Exercise materials:

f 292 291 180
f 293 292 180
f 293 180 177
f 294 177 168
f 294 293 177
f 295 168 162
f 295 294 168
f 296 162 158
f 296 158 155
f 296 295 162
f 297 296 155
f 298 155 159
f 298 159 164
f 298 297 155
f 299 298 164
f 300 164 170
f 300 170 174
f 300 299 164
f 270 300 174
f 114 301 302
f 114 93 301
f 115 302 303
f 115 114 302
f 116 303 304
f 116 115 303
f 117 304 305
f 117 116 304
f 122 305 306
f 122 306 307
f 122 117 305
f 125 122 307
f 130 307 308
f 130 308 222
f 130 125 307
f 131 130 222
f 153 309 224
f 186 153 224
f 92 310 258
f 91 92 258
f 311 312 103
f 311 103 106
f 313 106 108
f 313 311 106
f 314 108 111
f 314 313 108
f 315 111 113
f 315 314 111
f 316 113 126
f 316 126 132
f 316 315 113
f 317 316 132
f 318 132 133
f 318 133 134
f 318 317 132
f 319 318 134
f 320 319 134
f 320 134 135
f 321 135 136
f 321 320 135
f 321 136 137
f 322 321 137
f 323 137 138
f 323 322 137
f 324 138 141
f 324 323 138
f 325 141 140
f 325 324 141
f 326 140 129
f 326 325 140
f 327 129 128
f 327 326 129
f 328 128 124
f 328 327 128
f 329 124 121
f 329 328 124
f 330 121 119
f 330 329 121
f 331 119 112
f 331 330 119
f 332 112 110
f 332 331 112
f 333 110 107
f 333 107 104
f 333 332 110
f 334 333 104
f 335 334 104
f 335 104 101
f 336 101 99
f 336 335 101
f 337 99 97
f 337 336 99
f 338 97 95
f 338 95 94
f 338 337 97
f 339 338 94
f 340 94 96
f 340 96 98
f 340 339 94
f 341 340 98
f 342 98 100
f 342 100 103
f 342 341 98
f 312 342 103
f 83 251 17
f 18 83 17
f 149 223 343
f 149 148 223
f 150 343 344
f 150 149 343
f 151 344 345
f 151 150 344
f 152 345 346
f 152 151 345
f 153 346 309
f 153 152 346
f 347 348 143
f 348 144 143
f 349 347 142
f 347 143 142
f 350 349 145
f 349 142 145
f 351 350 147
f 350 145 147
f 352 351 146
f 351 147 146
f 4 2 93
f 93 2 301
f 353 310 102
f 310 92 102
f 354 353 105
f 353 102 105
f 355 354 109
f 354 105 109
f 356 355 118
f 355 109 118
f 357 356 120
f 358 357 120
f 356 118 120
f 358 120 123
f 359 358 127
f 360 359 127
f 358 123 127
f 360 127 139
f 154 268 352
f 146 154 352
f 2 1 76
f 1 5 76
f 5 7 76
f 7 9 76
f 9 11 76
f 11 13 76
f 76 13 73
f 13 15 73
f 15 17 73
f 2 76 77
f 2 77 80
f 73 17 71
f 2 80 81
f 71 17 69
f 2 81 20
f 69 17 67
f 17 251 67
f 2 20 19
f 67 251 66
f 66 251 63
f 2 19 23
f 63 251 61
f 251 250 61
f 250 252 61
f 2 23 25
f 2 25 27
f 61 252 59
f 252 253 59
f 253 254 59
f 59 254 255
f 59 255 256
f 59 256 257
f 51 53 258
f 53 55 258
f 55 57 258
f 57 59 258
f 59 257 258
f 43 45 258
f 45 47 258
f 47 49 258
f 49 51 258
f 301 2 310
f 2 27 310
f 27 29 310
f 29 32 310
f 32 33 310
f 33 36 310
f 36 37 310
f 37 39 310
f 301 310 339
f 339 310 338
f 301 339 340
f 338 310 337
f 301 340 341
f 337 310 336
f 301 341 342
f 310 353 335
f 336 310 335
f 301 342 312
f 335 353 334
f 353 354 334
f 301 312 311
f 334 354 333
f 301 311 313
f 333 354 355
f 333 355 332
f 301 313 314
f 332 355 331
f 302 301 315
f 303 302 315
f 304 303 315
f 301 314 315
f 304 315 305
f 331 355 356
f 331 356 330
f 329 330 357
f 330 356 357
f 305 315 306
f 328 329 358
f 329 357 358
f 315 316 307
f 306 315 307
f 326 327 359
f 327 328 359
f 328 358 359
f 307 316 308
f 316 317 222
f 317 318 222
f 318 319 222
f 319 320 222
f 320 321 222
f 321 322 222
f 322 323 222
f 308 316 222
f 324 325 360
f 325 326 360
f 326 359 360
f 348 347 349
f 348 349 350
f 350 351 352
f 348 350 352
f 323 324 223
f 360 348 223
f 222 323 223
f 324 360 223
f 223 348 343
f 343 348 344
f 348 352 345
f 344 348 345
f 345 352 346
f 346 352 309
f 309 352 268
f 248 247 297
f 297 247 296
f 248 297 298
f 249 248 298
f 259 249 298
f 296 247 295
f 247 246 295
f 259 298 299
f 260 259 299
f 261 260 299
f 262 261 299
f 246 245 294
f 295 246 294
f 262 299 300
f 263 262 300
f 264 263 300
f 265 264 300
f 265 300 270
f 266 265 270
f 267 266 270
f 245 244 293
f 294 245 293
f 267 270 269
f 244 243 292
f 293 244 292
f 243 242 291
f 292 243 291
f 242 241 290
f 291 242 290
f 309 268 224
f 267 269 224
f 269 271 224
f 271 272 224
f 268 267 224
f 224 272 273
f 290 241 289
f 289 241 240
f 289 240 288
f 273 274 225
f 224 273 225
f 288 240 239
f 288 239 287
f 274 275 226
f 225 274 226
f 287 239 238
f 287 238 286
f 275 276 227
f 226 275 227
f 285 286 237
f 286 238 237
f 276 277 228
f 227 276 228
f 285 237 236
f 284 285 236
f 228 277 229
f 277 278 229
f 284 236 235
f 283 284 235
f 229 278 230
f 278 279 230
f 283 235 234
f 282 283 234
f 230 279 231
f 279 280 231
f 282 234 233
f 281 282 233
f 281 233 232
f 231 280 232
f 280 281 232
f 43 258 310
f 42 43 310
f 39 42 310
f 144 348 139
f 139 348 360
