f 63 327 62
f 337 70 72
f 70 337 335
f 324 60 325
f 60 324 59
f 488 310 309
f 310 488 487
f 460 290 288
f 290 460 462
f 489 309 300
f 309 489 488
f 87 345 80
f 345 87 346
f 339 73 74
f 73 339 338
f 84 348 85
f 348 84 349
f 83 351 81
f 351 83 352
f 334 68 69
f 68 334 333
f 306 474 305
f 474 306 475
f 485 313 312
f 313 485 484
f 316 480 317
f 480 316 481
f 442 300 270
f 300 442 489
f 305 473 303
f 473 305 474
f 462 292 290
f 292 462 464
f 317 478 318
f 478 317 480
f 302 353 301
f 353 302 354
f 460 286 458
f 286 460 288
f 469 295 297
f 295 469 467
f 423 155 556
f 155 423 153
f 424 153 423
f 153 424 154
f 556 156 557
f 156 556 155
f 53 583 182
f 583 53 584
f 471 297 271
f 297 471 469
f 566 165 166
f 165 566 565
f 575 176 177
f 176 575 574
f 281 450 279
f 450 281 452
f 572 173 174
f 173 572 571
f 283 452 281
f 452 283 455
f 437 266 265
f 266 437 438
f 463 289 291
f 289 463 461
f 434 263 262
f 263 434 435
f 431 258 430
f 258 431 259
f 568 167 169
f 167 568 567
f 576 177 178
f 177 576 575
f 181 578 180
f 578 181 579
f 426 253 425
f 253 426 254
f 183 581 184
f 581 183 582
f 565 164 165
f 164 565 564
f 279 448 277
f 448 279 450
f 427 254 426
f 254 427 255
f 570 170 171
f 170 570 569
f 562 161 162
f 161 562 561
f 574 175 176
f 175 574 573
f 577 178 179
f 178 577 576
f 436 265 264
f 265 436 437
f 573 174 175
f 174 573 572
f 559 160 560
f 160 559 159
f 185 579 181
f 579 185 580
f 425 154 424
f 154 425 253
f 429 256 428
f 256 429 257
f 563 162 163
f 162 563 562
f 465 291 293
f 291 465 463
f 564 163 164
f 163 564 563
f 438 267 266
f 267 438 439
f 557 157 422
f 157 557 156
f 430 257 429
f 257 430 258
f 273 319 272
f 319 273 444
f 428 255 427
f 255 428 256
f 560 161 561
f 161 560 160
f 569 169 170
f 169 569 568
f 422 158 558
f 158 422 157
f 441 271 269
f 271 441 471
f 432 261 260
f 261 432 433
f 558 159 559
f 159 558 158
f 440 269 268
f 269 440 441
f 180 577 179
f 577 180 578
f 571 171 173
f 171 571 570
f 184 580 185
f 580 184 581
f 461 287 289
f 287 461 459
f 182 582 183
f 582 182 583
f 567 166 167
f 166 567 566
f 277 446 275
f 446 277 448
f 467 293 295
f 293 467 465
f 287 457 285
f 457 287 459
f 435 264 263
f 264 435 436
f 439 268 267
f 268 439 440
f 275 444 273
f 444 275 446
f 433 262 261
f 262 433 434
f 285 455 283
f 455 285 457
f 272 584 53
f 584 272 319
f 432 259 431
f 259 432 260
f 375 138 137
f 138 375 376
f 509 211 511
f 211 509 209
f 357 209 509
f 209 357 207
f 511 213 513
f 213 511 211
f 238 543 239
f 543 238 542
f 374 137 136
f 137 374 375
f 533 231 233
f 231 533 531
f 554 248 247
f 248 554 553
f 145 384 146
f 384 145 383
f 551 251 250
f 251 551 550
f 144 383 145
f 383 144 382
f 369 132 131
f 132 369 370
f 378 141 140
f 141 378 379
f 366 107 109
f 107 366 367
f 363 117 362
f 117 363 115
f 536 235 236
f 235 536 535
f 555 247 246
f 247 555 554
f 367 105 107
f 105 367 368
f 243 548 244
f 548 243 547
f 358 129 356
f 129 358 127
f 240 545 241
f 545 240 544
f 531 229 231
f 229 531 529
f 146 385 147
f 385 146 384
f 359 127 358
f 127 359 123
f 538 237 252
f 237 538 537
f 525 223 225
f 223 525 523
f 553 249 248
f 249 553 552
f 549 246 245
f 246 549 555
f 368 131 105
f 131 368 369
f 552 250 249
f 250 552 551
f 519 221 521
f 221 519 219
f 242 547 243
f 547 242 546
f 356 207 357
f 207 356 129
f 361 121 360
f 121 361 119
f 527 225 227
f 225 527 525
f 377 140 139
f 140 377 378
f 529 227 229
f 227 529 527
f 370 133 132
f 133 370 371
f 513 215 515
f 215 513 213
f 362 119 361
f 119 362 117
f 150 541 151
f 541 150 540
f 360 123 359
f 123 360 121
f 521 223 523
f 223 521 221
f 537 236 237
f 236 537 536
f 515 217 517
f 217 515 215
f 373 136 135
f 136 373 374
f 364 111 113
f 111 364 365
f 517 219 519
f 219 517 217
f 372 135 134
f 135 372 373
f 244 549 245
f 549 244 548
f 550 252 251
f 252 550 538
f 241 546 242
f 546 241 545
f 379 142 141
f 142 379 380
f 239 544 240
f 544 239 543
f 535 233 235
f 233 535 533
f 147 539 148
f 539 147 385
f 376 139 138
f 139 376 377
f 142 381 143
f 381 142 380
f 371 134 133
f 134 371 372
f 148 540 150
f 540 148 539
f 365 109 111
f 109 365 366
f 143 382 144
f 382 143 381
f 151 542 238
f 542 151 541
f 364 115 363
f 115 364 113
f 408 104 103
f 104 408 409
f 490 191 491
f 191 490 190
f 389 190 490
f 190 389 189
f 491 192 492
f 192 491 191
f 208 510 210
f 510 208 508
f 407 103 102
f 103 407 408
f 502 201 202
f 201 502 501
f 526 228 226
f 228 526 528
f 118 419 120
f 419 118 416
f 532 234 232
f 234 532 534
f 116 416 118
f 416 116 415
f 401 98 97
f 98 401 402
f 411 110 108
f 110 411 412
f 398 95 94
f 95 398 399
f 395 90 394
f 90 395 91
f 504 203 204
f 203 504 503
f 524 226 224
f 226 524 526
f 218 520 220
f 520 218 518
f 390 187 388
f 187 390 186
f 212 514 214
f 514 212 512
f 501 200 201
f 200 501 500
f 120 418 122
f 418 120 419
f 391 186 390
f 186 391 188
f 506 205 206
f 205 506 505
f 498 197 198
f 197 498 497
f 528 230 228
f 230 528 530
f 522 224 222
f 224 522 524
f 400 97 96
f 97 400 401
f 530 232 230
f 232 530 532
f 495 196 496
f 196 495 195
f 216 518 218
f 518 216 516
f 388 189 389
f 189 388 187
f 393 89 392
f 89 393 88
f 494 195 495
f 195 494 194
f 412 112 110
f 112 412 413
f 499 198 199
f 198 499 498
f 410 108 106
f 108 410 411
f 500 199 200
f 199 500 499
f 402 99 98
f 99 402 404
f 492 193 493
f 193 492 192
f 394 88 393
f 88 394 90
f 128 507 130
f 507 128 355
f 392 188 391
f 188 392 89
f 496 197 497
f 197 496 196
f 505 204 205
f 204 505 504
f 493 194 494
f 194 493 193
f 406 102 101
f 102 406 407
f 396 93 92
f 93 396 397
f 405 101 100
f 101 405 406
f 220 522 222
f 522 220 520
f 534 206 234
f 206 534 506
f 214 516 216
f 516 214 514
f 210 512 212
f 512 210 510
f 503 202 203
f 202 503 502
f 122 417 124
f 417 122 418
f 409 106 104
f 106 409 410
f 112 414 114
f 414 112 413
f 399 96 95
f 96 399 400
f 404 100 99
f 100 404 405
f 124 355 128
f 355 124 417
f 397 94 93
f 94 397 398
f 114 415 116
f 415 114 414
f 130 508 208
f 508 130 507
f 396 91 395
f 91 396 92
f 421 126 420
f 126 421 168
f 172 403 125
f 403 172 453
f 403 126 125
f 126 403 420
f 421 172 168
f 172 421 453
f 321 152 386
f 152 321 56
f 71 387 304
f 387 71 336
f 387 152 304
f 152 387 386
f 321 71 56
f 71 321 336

Exercise directions: Copy the records above exactly, beginning at the line that contains "f 444 275 446" and stopping after the line that contains "f 525 223 225".

Answer for this exercise:
f 444 275 446
f 433 262 261
f 262 433 434
f 285 455 283
f 455 285 457
f 272 584 53
f 584 272 319
f 432 259 431
f 259 432 260
f 375 138 137
f 138 375 376
f 509 211 511
f 211 509 209
f 357 209 509
f 209 357 207
f 511 213 513
f 213 511 211
f 238 543 239
f 543 238 542
f 374 137 136
f 137 374 375
f 533 231 233
f 231 533 531
f 554 248 247
f 248 554 553
f 145 384 146
f 384 145 383
f 551 251 250
f 251 551 550
f 144 383 145
f 383 144 382
f 369 132 131
f 132 369 370
f 378 141 140
f 141 378 379
f 366 107 109
f 107 366 367
f 363 117 362
f 117 363 115
f 536 235 236
f 235 536 535
f 555 247 246
f 247 555 554
f 367 105 107
f 105 367 368
f 243 548 244
f 548 243 547
f 358 129 356
f 129 358 127
f 240 545 241
f 545 240 544
f 531 229 231
f 229 531 529
f 146 385 147
f 385 146 384
f 359 127 358
f 127 359 123
f 538 237 252
f 237 538 537
f 525 223 225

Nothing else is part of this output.